Stored data entries:
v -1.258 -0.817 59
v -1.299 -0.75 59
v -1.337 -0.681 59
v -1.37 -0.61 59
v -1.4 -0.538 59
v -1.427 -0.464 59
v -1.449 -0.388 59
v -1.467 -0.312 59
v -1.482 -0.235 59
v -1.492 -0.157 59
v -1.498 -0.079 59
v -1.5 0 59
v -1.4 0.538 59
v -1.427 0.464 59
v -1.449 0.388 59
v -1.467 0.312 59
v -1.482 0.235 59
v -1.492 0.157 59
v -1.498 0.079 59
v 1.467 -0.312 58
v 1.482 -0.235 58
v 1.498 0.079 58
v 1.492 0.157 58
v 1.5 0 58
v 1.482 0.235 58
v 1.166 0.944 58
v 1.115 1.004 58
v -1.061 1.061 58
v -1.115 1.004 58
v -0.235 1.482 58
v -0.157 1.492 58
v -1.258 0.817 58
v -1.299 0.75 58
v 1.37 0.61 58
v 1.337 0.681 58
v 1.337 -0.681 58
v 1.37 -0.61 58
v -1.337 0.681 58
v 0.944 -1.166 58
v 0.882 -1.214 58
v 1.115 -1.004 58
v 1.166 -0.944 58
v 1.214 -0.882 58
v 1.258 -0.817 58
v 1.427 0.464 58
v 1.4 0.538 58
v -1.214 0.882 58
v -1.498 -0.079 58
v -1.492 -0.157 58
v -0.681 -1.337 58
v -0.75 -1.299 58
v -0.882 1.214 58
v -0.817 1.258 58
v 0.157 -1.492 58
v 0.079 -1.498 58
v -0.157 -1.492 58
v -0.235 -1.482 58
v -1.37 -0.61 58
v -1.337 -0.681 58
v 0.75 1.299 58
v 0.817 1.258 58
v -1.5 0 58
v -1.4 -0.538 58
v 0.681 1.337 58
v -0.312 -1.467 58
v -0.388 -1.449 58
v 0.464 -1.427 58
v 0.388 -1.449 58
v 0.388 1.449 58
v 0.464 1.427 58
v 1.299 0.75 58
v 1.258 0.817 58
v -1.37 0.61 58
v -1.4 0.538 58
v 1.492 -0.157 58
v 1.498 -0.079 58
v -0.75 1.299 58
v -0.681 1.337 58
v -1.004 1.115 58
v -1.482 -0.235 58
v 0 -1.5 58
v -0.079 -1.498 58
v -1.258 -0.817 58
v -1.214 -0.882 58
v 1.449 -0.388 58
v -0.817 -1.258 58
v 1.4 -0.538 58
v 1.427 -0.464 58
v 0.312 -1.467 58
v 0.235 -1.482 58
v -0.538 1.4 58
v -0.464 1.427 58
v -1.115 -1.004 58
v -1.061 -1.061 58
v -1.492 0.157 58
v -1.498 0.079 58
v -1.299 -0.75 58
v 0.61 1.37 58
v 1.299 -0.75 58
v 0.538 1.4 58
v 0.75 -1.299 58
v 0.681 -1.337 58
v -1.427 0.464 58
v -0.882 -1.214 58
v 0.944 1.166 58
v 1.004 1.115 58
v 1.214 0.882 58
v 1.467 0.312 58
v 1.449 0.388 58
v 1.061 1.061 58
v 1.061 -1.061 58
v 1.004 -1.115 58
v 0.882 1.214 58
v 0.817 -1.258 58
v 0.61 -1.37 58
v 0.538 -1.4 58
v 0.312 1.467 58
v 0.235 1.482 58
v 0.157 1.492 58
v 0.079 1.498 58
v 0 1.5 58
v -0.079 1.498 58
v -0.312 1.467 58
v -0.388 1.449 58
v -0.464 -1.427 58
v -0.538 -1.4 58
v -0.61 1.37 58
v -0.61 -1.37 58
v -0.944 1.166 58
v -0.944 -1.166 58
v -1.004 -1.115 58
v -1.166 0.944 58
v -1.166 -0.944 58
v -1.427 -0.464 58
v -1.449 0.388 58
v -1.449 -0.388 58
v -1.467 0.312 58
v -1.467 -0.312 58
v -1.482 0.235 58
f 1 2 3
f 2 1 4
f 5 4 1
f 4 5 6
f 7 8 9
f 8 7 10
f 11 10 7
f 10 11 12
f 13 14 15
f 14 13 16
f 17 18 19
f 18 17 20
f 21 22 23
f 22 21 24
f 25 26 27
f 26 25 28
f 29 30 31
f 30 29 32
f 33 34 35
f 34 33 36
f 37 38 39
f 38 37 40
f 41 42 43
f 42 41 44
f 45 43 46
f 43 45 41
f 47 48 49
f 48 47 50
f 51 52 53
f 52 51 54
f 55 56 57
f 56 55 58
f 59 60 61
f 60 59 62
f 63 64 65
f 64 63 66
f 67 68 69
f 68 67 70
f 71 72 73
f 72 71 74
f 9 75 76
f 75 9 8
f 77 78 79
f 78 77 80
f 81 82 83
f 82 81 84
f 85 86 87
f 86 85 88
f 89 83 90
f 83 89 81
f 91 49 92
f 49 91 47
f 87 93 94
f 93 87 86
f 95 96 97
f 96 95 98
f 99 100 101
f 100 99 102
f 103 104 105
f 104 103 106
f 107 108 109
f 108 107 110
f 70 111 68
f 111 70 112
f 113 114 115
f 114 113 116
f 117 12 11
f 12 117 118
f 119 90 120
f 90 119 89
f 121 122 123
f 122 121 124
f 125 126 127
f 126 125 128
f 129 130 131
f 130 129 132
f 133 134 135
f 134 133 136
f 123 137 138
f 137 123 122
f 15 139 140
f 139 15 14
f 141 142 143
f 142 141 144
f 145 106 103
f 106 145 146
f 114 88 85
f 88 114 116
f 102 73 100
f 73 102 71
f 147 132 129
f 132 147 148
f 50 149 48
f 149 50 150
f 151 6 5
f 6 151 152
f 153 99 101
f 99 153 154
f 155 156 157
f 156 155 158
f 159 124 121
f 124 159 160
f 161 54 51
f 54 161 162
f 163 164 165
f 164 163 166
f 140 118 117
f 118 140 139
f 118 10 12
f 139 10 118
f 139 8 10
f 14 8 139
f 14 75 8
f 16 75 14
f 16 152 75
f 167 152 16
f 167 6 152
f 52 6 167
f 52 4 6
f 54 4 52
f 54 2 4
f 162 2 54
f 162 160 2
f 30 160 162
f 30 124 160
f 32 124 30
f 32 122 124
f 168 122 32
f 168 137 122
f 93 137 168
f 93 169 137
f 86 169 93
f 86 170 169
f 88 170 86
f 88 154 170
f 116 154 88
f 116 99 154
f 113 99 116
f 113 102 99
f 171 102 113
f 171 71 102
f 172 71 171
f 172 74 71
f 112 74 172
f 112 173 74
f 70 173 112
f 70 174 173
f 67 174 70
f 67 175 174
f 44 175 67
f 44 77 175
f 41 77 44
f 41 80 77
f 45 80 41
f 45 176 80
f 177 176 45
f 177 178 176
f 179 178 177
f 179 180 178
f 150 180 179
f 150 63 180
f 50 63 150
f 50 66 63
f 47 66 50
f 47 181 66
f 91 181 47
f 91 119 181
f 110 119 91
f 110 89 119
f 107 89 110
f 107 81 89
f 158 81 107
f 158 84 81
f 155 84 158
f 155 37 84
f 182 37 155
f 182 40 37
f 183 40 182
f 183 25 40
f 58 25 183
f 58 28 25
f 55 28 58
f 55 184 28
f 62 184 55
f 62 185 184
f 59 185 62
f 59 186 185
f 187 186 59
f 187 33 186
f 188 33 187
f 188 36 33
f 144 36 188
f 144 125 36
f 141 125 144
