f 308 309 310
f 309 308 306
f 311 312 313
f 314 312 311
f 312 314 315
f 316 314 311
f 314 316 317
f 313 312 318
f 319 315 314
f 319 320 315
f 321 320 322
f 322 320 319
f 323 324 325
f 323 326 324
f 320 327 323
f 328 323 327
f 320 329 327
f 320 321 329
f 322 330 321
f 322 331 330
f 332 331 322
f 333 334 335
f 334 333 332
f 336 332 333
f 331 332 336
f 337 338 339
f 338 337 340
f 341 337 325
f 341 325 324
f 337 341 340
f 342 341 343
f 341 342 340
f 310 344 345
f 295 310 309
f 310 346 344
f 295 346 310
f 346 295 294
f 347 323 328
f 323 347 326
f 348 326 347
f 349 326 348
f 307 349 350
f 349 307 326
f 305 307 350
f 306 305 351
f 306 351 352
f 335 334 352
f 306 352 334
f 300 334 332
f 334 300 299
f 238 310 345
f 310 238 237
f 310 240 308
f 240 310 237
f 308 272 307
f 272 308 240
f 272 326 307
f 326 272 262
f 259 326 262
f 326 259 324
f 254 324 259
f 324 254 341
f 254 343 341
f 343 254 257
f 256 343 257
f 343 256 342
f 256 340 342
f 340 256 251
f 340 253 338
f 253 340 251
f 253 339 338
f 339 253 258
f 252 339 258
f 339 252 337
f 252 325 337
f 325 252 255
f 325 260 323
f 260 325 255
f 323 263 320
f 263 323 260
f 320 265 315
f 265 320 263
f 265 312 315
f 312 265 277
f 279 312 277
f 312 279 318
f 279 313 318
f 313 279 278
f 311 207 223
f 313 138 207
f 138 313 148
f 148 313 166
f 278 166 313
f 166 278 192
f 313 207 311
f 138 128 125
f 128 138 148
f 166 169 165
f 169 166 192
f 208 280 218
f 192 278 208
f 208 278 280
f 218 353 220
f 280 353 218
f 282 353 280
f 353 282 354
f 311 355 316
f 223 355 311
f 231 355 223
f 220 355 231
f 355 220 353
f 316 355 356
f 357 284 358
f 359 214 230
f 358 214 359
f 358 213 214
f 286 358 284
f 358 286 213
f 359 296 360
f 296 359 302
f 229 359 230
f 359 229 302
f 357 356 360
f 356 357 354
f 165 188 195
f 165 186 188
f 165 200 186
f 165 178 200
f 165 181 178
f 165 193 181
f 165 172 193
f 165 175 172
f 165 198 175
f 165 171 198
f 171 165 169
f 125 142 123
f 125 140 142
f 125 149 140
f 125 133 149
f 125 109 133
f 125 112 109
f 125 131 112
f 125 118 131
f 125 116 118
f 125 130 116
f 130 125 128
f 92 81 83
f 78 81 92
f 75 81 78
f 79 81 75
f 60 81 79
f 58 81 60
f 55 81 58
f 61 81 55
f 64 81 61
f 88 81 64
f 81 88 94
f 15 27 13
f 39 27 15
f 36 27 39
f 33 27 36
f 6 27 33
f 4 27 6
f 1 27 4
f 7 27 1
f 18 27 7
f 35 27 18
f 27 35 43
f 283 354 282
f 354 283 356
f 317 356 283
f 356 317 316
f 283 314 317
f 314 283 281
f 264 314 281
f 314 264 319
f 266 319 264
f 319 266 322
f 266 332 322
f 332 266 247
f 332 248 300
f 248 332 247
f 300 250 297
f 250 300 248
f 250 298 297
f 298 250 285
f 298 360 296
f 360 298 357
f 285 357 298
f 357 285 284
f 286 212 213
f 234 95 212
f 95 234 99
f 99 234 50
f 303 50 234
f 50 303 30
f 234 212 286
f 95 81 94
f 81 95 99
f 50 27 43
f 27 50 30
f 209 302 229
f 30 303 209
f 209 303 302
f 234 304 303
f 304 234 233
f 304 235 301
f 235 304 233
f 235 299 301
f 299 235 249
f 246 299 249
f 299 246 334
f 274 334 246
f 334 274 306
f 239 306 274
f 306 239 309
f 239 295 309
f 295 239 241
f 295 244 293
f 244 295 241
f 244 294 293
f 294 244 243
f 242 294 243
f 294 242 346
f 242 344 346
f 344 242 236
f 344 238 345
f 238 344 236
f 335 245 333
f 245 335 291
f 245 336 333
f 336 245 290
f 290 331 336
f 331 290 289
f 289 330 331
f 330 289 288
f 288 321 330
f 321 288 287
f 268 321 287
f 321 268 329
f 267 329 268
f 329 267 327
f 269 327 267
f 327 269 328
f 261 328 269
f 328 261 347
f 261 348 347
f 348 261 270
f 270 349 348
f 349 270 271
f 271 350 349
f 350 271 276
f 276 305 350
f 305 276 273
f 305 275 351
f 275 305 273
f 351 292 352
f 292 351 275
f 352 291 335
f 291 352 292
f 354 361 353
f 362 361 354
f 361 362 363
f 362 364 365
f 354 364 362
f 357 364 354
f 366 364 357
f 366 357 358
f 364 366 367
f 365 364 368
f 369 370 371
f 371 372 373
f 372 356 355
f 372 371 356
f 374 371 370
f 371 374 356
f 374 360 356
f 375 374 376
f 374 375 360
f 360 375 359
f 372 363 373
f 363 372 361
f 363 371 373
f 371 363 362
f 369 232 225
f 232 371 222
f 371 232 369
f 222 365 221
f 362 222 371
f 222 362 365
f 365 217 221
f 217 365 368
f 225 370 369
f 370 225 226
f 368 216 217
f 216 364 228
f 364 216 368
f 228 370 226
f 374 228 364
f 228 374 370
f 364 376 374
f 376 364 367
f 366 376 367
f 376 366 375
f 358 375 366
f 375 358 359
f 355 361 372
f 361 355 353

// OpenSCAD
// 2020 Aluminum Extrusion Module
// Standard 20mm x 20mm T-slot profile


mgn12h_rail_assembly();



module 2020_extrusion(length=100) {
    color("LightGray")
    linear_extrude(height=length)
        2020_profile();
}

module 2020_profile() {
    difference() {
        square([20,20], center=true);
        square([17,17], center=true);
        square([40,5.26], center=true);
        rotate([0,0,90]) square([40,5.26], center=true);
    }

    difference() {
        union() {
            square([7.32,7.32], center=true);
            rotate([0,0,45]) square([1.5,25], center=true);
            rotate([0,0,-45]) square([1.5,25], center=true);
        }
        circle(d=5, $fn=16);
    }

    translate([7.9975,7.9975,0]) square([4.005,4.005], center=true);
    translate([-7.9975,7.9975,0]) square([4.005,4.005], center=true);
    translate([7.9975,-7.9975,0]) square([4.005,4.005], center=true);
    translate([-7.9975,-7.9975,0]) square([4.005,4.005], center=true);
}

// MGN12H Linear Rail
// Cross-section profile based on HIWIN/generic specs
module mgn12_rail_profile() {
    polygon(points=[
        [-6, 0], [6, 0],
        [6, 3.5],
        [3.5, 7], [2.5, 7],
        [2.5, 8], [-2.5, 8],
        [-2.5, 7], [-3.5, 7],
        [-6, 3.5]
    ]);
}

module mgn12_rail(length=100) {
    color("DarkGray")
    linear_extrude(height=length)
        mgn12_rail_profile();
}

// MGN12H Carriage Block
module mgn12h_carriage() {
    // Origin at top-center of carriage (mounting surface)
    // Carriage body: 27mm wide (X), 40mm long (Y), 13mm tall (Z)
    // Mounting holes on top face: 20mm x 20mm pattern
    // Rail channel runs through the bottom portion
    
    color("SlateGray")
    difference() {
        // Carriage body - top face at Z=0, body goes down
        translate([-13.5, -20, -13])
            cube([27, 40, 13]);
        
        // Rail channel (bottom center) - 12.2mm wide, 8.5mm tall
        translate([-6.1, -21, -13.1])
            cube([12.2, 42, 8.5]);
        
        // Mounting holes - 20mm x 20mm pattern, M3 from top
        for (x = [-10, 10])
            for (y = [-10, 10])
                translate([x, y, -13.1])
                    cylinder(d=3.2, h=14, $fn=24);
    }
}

Required work
Could you retype exactly the lines above, starting at the line that contains "f 145 106 103" and ending at the line that contains "f 341 325 324", and nothing more?

Solution to this problem
f 145 106 103
f 106 145 146
f 114 88 85
f 88 114 116
f 102 73 100
f 73 102 71
f 147 132 129
f 132 147 148
f 50 149 48
f 149 50 150
f 151 6 5
f 6 151 152
f 153 99 101
f 99 153 154
f 155 156 157
f 156 155 158
f 159 124 121
f 124 159 160
f 161 54 51
f 54 161 162
f 163 164 165
f 164 163 166
f 140 118 117
f 118 140 139
f 118 10 12
f 139 10 118
f 139 8 10
f 14 8 139
f 14 75 8
f 16 75 14
f 16 152 75
f 167 152 16
f 167 6 152
f 52 6 167
f 52 4 6
f 54 4 52
f 54 2 4
f 162 2 54
f 162 160 2
f 30 160 162
f 30 124 160
f 32 124 30
f 32 122 124
f 168 122 32
f 168 137 122
f 93 137 168
f 93 169 137
f 86 169 93
f 86 170 169
f 88 170 86
f 88 154 170
f 116 154 88
f 116 99 154
f 113 99 116
f 113 102 99
f 171 102 113
f 171 71 102
f 172 71 171
f 172 74 71
f 112 74 172
f 112 173 74
f 70 173 112
f 70 174 173
f 67 174 70
f 67 175 174
f 44 175 67
f 44 77 175
f 41 77 44
f 41 80 77
f 45 80 41
f 45 176 80
f 177 176 45
f 177 178 176
f 179 178 177
f 179 180 178
f 150 180 179
f 150 63 180
f 50 63 150
f 50 66 63
f 47 66 50
f 47 181 66
f 91 181 47
f 91 119 181
f 110 119 91
f 110 89 119
f 107 89 110
f 107 81 89
f 158 81 107
f 158 84 81
f 155 84 158
f 155 37 84
f 182 37 155
f 182 40 37
f 183 40 182
f 183 25 40
f 58 25 183
f 58 28 25
f 55 28 58
f 55 184 28
f 62 184 55
f 62 185 184
f 59 185 62
f 59 186 185
f 187 186 59
f 187 33 186
f 188 33 187
f 188 36 33
f 144 36 188
f 144 125 36
f 141 125 144
f 308 309 310
f 309 308 306
f 311 312 313
f 314 312 311
f 312 314 315
f 316 314 311
f 314 316 317
f 313 312 318
f 319 315 314
f 319 320 315
f 321 320 322
f 322 320 319
f 323 324 325
f 323 326 324
f 320 327 323
f 328 323 327
f 320 329 327
f 320 321 329
f 322 330 321
f 322 331 330
f 332 331 322
f 333 334 335
f 334 333 332
f 336 332 333
f 331 332 336
f 337 338 339
f 338 337 340
f 341 337 325
f 341 325 324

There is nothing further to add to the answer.